**What you will do:** Given the listing below, write out exactly the lines starting with the line that has "f 174 145 171" and going on through the line that has "f 65 146 160", both kept.

Data to use below:

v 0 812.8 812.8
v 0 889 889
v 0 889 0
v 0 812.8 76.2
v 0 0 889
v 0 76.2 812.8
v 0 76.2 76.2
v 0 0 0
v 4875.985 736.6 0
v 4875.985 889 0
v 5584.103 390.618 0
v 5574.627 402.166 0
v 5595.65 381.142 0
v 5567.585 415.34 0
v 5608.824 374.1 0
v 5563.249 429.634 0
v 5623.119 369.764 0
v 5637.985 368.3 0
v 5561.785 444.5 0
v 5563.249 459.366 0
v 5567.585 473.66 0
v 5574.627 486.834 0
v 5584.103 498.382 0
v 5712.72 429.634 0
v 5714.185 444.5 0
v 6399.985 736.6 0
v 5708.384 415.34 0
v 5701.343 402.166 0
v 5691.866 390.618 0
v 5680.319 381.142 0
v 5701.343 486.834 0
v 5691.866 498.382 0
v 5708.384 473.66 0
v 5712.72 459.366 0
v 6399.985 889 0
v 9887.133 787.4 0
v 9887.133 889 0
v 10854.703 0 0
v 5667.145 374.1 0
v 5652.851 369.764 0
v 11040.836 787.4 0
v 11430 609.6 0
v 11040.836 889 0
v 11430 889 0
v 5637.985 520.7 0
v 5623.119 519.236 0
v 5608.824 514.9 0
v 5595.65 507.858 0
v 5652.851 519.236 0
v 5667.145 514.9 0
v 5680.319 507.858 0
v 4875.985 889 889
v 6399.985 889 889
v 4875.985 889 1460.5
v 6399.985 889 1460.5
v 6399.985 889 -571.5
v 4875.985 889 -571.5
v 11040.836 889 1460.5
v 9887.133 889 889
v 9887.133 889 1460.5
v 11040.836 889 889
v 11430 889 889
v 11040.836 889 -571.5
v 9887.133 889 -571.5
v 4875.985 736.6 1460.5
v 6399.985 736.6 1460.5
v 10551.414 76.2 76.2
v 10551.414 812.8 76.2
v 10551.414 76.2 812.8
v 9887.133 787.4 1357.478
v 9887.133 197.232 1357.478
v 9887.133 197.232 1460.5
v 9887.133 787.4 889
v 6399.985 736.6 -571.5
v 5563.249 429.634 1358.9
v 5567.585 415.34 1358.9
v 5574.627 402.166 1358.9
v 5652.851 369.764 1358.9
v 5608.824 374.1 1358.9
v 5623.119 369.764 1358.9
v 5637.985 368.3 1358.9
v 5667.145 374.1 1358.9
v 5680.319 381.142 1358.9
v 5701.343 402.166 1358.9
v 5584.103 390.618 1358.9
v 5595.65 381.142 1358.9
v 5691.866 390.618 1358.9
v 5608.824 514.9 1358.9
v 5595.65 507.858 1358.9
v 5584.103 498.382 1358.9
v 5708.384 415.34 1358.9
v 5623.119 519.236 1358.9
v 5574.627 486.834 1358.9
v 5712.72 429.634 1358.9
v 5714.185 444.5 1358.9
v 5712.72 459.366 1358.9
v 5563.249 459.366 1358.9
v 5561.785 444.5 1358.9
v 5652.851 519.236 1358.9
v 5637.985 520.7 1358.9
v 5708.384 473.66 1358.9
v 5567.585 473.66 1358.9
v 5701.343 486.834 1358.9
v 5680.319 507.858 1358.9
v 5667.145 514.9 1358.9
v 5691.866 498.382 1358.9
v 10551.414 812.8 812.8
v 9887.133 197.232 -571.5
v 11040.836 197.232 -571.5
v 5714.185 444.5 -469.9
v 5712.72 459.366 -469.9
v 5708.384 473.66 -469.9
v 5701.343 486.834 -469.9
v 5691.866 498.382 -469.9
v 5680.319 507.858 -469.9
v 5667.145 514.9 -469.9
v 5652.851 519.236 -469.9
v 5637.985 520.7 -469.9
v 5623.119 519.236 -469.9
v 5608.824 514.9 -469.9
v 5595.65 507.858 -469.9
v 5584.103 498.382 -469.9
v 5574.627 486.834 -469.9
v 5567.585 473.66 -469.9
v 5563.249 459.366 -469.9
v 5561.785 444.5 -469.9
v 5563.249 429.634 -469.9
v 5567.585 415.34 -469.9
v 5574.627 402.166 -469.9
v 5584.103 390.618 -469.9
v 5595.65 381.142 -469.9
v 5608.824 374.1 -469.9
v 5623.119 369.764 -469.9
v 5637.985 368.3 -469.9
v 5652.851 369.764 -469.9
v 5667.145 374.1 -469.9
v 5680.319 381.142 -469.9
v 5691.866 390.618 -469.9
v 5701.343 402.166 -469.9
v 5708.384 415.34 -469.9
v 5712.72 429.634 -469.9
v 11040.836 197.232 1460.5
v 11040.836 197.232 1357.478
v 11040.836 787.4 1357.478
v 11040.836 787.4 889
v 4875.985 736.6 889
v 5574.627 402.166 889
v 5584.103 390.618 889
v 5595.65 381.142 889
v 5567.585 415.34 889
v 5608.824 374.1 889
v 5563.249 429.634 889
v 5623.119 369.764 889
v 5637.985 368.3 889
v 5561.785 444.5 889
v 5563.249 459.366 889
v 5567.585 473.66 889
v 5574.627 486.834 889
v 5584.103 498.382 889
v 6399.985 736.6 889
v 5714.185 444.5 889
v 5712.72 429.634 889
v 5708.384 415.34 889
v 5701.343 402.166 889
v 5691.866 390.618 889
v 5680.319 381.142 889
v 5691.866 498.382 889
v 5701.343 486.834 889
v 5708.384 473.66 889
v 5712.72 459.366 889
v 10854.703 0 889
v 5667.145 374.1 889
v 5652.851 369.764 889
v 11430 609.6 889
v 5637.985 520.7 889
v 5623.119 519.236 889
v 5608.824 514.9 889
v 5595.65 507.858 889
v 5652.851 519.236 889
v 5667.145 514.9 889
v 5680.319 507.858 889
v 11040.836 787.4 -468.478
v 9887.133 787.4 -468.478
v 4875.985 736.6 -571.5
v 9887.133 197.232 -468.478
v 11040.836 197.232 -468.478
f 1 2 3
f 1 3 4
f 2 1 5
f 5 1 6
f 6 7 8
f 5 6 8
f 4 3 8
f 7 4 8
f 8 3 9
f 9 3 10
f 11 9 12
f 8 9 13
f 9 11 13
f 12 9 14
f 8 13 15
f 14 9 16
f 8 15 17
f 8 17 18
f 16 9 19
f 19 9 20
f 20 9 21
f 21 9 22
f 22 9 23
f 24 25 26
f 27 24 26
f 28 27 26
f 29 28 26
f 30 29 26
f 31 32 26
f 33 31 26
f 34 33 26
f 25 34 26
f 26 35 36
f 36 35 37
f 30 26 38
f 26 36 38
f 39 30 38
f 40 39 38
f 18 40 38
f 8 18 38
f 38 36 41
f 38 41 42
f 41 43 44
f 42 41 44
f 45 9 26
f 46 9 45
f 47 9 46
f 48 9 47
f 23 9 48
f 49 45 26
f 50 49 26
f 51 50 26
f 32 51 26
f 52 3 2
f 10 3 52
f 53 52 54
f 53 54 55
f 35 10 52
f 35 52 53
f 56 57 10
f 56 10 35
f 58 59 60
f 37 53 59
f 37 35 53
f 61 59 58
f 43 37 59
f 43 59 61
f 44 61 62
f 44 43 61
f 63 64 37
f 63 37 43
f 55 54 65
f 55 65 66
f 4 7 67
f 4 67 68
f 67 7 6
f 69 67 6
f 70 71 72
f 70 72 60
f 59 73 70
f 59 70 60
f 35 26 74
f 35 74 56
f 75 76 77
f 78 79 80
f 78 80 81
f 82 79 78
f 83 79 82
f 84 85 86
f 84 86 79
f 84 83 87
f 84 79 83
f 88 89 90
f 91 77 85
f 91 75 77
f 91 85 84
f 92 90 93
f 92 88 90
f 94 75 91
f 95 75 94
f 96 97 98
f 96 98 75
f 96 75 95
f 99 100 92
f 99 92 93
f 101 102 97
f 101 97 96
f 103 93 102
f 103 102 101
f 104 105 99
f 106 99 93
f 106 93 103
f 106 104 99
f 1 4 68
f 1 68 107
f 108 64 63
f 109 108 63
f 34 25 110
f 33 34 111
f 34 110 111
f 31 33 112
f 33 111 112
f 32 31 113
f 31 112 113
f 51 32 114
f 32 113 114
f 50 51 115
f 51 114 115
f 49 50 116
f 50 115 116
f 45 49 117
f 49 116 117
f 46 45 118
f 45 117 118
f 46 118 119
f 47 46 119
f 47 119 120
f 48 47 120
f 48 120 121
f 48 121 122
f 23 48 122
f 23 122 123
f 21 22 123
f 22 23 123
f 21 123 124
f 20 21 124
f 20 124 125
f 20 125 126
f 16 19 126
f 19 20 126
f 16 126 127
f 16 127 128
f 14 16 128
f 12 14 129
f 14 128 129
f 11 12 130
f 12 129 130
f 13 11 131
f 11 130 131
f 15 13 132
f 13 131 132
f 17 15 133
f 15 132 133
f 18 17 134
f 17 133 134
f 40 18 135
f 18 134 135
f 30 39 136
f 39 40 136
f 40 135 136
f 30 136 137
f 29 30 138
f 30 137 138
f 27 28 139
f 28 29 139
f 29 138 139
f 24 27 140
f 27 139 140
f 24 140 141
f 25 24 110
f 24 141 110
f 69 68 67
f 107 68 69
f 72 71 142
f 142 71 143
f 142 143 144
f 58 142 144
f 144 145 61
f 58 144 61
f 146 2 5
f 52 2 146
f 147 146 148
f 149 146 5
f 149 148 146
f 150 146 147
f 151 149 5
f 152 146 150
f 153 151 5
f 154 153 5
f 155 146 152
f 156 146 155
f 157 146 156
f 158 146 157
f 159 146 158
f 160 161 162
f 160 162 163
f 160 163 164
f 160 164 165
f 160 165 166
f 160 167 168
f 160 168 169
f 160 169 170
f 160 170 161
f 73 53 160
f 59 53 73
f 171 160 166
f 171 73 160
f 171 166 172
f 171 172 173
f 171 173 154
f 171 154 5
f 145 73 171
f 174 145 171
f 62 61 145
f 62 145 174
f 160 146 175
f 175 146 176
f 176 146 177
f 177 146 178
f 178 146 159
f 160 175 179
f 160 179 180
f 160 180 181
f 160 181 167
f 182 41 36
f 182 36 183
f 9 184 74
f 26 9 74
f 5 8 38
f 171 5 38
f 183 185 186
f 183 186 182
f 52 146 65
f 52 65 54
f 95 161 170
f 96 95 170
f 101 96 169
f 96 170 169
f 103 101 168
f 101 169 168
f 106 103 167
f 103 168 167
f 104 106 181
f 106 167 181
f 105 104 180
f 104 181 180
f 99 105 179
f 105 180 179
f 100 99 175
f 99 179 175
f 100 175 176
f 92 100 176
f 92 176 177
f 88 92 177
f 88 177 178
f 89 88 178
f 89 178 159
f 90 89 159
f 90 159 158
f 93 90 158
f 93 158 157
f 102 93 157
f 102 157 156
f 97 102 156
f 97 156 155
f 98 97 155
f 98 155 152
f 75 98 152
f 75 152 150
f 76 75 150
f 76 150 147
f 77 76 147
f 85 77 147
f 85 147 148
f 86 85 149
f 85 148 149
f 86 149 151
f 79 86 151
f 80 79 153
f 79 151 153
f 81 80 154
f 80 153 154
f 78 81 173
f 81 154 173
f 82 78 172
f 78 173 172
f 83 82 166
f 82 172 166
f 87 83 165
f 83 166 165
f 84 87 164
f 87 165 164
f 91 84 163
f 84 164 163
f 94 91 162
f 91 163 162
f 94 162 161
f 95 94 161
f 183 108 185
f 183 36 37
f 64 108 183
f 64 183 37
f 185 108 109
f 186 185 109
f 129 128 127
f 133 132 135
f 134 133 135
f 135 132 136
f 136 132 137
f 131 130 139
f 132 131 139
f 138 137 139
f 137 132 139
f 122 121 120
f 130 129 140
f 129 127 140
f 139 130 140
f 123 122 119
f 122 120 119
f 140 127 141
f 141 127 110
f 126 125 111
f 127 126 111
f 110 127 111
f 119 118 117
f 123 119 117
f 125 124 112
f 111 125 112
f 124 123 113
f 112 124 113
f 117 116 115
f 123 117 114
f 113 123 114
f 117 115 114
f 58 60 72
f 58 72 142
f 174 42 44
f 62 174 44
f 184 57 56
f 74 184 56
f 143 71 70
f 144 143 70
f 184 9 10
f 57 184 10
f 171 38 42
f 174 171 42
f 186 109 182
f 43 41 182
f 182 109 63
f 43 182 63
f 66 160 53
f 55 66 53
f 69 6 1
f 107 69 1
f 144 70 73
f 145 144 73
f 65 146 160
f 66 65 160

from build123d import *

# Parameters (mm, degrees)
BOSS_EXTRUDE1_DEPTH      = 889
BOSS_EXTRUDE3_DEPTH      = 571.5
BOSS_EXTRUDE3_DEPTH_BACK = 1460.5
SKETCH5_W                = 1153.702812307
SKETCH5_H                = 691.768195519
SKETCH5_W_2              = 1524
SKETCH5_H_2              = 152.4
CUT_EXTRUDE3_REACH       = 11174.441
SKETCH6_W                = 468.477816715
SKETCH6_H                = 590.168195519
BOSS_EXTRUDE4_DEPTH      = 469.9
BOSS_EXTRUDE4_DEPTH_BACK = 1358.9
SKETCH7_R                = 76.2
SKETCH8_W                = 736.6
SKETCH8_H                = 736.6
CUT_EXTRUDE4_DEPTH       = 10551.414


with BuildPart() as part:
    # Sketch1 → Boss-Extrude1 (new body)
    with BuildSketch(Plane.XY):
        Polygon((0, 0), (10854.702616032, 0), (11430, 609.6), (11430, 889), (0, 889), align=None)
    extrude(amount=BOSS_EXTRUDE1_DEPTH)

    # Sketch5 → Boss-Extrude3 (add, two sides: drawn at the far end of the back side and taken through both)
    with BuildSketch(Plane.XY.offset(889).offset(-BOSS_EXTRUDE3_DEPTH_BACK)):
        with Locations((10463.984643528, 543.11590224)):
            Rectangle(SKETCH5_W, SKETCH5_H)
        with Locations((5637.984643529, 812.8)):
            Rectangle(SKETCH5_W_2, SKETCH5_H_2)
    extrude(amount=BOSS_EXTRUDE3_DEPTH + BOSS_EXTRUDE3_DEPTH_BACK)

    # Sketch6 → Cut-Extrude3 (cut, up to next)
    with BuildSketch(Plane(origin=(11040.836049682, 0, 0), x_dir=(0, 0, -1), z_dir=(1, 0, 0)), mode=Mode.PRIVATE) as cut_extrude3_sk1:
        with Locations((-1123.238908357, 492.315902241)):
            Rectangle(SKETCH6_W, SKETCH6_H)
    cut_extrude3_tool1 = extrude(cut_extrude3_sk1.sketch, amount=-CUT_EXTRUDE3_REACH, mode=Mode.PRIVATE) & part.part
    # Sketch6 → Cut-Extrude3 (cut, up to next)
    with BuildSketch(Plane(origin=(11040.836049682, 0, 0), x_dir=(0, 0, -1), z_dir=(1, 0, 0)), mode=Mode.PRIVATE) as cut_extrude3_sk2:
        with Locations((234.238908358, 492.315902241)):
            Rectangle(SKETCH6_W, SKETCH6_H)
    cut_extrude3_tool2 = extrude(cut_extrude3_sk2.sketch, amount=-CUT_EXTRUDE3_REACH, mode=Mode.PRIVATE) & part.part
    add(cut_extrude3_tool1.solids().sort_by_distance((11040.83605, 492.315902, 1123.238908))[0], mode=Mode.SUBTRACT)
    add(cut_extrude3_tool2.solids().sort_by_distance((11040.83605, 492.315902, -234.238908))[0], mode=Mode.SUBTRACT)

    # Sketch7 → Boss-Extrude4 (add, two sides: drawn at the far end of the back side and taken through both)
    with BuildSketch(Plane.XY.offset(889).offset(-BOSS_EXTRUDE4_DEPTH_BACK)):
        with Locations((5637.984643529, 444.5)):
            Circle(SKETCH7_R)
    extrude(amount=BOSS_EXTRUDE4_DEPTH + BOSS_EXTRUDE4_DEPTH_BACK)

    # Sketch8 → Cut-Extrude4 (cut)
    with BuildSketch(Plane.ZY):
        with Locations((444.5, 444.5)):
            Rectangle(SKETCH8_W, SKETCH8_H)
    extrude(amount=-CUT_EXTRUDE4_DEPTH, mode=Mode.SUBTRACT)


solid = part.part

End of Data to use.
Data to use below:

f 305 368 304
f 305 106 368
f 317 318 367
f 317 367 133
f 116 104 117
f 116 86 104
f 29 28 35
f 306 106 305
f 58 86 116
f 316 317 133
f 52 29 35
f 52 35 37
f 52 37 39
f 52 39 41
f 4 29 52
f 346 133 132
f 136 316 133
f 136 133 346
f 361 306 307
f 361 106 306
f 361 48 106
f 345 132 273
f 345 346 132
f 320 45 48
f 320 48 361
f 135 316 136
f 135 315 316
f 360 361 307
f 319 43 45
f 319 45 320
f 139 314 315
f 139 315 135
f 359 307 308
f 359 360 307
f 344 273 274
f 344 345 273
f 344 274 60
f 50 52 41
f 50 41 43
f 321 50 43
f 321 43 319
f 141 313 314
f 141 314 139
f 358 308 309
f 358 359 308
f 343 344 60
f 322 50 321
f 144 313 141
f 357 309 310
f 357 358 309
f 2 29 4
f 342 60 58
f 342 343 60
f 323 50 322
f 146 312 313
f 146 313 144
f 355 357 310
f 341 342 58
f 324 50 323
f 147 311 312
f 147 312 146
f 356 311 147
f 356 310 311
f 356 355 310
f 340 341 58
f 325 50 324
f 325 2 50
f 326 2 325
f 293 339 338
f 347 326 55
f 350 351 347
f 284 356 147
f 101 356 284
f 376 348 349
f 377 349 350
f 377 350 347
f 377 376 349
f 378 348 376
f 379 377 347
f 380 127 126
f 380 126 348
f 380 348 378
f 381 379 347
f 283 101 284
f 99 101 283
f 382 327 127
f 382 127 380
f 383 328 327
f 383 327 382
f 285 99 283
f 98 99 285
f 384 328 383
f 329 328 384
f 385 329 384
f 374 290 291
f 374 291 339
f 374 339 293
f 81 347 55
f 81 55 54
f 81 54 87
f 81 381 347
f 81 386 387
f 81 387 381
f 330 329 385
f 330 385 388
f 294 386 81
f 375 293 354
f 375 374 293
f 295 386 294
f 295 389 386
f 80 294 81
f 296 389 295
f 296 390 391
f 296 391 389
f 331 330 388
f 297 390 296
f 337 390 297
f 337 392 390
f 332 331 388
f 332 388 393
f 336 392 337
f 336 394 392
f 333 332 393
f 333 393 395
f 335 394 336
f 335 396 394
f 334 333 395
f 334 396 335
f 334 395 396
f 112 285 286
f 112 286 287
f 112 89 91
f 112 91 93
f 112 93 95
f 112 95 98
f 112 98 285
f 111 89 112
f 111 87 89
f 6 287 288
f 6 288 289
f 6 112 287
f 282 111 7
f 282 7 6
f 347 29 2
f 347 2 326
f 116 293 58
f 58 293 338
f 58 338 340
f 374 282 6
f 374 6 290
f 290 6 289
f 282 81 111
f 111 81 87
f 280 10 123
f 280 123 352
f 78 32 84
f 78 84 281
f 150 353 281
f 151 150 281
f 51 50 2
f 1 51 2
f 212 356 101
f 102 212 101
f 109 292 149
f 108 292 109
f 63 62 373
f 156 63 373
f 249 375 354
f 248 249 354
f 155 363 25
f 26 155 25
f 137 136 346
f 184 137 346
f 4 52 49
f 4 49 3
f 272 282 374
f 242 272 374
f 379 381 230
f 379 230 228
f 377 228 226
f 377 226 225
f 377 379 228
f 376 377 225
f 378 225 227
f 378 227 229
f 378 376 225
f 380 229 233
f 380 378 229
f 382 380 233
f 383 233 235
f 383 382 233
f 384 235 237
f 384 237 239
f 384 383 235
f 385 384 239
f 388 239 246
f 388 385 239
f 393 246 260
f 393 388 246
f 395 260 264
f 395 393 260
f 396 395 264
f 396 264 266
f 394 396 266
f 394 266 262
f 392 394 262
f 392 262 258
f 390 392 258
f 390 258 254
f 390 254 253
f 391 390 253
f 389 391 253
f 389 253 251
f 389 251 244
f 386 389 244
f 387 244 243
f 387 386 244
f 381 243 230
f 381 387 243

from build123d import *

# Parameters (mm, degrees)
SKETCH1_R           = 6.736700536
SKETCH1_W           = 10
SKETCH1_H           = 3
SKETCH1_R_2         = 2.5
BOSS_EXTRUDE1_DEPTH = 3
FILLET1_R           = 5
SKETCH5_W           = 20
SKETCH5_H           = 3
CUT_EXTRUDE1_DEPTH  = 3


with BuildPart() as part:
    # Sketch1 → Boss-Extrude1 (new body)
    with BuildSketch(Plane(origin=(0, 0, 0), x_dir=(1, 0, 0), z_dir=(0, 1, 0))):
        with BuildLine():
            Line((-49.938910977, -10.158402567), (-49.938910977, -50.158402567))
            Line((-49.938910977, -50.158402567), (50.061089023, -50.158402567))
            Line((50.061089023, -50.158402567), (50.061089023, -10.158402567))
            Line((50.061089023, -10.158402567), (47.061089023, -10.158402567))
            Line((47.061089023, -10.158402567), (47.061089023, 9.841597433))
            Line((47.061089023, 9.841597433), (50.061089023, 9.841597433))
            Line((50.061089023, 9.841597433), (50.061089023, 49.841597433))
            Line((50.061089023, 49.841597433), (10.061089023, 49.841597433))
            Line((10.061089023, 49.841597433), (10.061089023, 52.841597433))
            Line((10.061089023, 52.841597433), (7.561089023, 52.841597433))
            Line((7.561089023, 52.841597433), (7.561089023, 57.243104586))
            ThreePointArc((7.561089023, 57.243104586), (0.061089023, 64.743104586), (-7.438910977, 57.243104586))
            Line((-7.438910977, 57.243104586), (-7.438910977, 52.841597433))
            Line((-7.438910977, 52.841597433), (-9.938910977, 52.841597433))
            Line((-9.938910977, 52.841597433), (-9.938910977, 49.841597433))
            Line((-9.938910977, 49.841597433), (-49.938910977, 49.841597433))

End of Data to use.

**Result:**
f 174 145 171
f 62 61 145
f 62 145 174
f 160 146 175
f 175 146 176
f 176 146 177
f 177 146 178
f 178 146 159
f 160 175 179
f 160 179 180
f 160 180 181
f 160 181 167
f 182 41 36
f 182 36 183
f 9 184 74
f 26 9 74
f 5 8 38
f 171 5 38
f 183 185 186
f 183 186 182
f 52 146 65
f 52 65 54
f 95 161 170
f 96 95 170
f 101 96 169
f 96 170 169
f 103 101 168
f 101 169 168
f 106 103 167
f 103 168 167
f 104 106 181
f 106 167 181
f 105 104 180
f 104 181 180
f 99 105 179
f 105 180 179
f 100 99 175
f 99 179 175
f 100 175 176
f 92 100 176
f 92 176 177
f 88 92 177
f 88 177 178
f 89 88 178
f 89 178 159
f 90 89 159
f 90 159 158
f 93 90 158
f 93 158 157
f 102 93 157
f 102 157 156
f 97 102 156
f 97 156 155
f 98 97 155
f 98 155 152
f 75 98 152
f 75 152 150
f 76 75 150
f 76 150 147
f 77 76 147
f 85 77 147
f 85 147 148
f 86 85 149
f 85 148 149
f 86 149 151
f 79 86 151
f 80 79 153
f 79 151 153
f 81 80 154
f 80 153 154
f 78 81 173
f 81 154 173
f 82 78 172
f 78 173 172
f 83 82 166
f 82 172 166
f 87 83 165
f 83 166 165
f 84 87 164
f 87 165 164
f 91 84 163
f 84 164 163
f 94 91 162
f 91 163 162
f 94 162 161
f 95 94 161
f 183 108 185
f 183 36 37
f 64 108 183
f 64 183 37
f 185 108 109
f 186 185 109
f 129 128 127
f 133 132 135
f 134 133 135
f 135 132 136
f 136 132 137
f 131 130 139
f 132 131 139
f 138 137 139
f 137 132 139
f 122 121 120
f 130 129 140
f 129 127 140
f 139 130 140
f 123 122 119
f 122 120 119
f 140 127 141
f 141 127 110
f 126 125 111
f 127 126 111
f 110 127 111
f 119 118 117
f 123 119 117
f 125 124 112
f 111 125 112
f 124 123 113
f 112 124 113
f 117 116 115
f 123 117 114
f 113 123 114
f 117 115 114
f 58 60 72
f 58 72 142
f 174 42 44
f 62 174 44
f 184 57 56
f 74 184 56
f 143 71 70
f 144 143 70
f 184 9 10
f 57 184 10
f 171 38 42
f 174 171 42
f 186 109 182
f 43 41 182
f 182 109 63
f 43 182 63
f 66 160 53
f 55 66 53
f 69 6 1
f 107 69 1
f 144 70 73
f 145 144 73
f 65 146 160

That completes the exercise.